# The great ammo debate



## TedDeBearFrmHell (Jul 1, 2011)

The ammo debate is a relatively new topic within the 1300 + years since the chinese first produced gun powder and "firelances". 

when the gun was first designed, it fired pebbles, rocks, nails, glass... anything that could harm someone and fit down a barrel.... 

at this time the main source of concern was the powder itself, usually of local manufacture, the quality varied based upon the recipe used. the biggest variable was the type of wood used to make the carbon.

the locals bought local powder.... the firearm was usually handmade.... the ammo was whatever was laying about, no debate.

then came the ball.... made from lead, handcast.... finally something that would fly mostly down range and hit near where you were aiming.... sort of....

again, no debate... the ball went in the direction you aimed it. 

then came rifling ... the barrels were rifled to make the balls fly straighter..... no debate here.... just a desire for accuracy .

then the minie ball..... again, no debate, the ball flew straighter and further....

then the self contained cartridge... speed of loading, better control of the powder conditions, mass produced.... but still no debate... 

so when did the great debates about the best ammo for this or that start.... when the very first gun magazine sold advertisements to rival manufacturers . soon there was a war of words to gain the customer.... "more pwoerful" "harder hitting" blah blah blah.... 

today it still rages on, daily ...here and on every other gun forum, in every magazine and gun show.... even in politics where cop killers, armor piercing, teflon coated are all EVIL bullets. 

people have forgotten that in order for the bullet to do what you intend it to do, it MUST be fired AND go where you want it to go.
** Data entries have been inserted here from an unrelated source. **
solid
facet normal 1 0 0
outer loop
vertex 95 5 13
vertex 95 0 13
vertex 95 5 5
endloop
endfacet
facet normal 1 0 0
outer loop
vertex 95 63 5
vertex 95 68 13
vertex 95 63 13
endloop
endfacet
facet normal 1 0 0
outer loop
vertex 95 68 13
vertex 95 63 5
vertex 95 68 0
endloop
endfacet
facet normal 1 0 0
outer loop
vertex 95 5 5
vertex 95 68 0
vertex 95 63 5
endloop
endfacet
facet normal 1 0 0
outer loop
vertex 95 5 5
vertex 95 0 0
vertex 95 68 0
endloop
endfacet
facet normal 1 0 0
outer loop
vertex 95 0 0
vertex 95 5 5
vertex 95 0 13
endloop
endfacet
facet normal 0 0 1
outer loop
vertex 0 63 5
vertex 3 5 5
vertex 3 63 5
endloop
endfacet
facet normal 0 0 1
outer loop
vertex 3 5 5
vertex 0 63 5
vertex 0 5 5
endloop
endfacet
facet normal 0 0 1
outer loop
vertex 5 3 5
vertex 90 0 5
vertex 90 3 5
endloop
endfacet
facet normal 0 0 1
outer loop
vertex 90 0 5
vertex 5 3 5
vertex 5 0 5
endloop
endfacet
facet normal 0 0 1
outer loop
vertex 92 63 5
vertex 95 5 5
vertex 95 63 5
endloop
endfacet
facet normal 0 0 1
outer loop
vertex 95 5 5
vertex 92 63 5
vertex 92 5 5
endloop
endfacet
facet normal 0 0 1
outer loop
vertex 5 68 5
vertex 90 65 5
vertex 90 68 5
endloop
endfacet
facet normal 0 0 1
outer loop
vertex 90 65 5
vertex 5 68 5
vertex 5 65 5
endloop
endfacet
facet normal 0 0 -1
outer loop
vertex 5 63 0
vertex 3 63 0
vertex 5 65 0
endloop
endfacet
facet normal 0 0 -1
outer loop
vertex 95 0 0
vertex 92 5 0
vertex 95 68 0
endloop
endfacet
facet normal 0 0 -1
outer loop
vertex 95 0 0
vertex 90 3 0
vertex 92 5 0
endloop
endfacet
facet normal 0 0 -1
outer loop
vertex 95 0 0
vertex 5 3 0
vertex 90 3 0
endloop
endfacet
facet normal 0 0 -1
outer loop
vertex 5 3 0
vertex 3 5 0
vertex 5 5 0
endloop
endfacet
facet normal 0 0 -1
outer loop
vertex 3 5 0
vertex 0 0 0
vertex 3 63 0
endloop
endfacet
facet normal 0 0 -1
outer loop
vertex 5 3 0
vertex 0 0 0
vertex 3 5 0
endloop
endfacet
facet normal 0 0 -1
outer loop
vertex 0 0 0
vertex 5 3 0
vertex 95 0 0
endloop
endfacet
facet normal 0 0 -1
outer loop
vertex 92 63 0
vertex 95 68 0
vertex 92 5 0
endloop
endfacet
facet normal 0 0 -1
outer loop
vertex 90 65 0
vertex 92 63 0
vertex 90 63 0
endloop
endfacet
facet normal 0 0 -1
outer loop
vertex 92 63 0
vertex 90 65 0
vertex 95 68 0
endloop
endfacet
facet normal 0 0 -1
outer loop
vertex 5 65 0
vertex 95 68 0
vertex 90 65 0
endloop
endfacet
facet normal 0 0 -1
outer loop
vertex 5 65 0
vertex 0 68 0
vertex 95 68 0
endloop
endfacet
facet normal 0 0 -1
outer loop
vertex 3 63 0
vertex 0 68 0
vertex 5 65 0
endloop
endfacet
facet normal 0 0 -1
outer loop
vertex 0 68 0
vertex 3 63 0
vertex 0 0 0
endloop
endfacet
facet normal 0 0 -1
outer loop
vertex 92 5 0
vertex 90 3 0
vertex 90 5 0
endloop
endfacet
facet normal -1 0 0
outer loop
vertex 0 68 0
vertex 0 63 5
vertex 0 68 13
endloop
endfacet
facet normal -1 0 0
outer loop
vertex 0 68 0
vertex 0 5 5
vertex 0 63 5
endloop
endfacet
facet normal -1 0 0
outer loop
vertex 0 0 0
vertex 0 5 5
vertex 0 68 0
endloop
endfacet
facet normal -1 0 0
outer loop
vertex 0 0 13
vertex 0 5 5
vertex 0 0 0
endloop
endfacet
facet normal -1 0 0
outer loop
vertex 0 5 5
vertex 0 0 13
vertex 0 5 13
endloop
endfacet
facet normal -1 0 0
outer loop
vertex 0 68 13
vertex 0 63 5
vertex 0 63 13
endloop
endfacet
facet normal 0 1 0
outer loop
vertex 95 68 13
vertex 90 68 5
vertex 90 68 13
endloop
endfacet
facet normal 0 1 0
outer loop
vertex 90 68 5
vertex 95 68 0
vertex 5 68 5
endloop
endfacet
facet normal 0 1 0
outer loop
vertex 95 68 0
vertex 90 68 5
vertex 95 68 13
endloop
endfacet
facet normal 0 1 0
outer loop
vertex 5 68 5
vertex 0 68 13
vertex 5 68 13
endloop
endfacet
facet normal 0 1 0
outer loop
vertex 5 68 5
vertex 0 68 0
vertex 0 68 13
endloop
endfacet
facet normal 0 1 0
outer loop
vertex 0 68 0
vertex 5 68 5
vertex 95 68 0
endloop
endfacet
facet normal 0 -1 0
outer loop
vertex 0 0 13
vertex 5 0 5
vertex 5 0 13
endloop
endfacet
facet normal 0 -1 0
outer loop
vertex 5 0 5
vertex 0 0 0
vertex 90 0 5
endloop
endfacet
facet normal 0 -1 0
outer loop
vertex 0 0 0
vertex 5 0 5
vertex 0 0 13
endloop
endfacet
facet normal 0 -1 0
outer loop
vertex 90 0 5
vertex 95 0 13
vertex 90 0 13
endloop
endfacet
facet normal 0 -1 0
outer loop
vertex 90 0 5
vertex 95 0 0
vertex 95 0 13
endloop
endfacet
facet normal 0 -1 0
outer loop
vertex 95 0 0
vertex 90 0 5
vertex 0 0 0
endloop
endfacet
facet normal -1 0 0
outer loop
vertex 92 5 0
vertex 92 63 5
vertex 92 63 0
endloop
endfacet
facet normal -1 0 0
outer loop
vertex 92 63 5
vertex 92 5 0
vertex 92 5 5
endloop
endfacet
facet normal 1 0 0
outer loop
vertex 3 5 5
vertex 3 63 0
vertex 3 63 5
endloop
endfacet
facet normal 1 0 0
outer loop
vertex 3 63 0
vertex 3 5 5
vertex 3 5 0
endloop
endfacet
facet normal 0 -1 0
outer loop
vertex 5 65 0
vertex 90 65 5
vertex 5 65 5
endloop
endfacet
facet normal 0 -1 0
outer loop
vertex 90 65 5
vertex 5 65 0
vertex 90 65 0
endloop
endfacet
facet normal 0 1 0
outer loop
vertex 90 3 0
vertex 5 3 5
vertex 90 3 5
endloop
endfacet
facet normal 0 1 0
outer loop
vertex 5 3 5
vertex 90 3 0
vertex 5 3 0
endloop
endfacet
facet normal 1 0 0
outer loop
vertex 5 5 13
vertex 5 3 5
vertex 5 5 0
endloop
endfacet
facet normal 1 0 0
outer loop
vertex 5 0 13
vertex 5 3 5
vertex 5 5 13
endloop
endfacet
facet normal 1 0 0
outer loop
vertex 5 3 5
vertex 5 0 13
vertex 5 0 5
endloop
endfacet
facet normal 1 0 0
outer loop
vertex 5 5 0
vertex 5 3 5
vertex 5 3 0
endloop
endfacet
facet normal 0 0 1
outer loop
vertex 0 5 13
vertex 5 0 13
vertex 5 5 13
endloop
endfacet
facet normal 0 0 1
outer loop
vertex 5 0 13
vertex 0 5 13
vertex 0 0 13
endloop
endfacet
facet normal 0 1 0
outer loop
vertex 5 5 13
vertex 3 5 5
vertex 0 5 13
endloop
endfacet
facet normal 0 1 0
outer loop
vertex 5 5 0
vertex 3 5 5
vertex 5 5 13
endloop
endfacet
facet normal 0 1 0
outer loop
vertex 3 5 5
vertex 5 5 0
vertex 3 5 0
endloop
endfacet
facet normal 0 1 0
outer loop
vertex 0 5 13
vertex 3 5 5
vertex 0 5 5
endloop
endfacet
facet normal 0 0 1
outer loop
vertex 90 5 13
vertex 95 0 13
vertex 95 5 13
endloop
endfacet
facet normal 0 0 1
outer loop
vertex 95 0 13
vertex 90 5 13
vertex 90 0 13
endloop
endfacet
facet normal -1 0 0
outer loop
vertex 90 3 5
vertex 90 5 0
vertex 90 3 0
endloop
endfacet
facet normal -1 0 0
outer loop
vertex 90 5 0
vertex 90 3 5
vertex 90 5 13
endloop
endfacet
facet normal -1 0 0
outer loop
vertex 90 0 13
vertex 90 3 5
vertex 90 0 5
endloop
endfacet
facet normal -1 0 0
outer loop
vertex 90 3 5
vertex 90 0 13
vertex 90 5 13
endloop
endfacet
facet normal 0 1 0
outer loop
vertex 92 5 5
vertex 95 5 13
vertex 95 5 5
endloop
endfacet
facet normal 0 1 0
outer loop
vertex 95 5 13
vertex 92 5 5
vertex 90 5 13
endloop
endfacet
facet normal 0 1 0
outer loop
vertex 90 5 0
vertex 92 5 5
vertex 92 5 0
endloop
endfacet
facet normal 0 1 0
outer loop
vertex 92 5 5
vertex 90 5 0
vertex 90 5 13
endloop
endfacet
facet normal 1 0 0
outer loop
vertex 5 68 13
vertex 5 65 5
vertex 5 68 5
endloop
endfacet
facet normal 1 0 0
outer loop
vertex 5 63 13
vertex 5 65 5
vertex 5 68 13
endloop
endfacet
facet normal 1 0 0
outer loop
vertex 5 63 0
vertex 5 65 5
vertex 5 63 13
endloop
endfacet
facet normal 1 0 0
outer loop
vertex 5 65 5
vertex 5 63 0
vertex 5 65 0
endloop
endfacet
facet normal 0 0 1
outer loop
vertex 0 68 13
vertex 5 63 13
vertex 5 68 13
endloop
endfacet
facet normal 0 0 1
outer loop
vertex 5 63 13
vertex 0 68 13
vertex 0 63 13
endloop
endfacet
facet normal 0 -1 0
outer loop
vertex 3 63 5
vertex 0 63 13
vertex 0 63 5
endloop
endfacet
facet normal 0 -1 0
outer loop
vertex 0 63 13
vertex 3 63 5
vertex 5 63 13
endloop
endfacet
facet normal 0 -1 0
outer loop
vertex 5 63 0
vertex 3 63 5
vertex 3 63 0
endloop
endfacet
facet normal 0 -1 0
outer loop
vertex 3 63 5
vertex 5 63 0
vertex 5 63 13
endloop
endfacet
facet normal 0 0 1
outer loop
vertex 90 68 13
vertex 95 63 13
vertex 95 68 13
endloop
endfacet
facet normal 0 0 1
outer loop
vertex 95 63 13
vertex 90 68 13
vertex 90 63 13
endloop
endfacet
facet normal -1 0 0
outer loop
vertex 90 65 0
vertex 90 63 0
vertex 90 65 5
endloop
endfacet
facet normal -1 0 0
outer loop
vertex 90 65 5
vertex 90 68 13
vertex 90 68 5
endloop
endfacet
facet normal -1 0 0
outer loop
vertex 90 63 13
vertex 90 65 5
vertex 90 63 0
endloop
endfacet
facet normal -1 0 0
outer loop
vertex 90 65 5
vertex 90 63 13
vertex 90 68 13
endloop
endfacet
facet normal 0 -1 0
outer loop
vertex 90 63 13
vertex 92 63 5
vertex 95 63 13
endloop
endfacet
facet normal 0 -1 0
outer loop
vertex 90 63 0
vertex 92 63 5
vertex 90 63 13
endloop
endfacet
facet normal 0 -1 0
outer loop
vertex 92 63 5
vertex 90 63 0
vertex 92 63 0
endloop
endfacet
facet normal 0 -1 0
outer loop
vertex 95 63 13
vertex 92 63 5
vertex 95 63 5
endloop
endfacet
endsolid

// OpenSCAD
BoxH=5;
BoxW=91;
BoxD=64;

Wall=4;
Hole=2;
Space=1;
cs=Hole+Space;
DW=Wall*2;
csWall=cs+Wall;
TopY=BoxD-DW;
MaxX=BoxW-DW;

difference()
{
  cube([95,68,5]);
  translate([3,3,-1]) cube([89,62,6.1]);
}
translate([0,0,0]) cube([5,5,13]);
translate([90,0,0]) cube([5,5,13]);
translate([0,63,0]) cube([5,5,13]);
translate([90,63,0]) cube([5,5,13]);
PERIOD. 

hundreds of years ago duelists knew the basic laws of surviving a duel, speed and accuracy. be the first one to acquire the target and HIT a vital area. shooting first and missing was suicide.... shooting first and wounding was pretty much the end of your days...
hitting your target with one shot and putting them in the ground was how you survived.

pioneers knew this too... the gun was security and also a larder for them. if you missed you and your family did not eat... there wasnt time to reload, the game was gone or the threat was upon you. 

nothing has changed, debate as you will about the best ammo for this or that.... it is all basically the same, marketing included.... and its the least of the equation. the best , most powerful ammo shot into the bad guys hand isnt as good as the cheapest .22 round into his forehead. 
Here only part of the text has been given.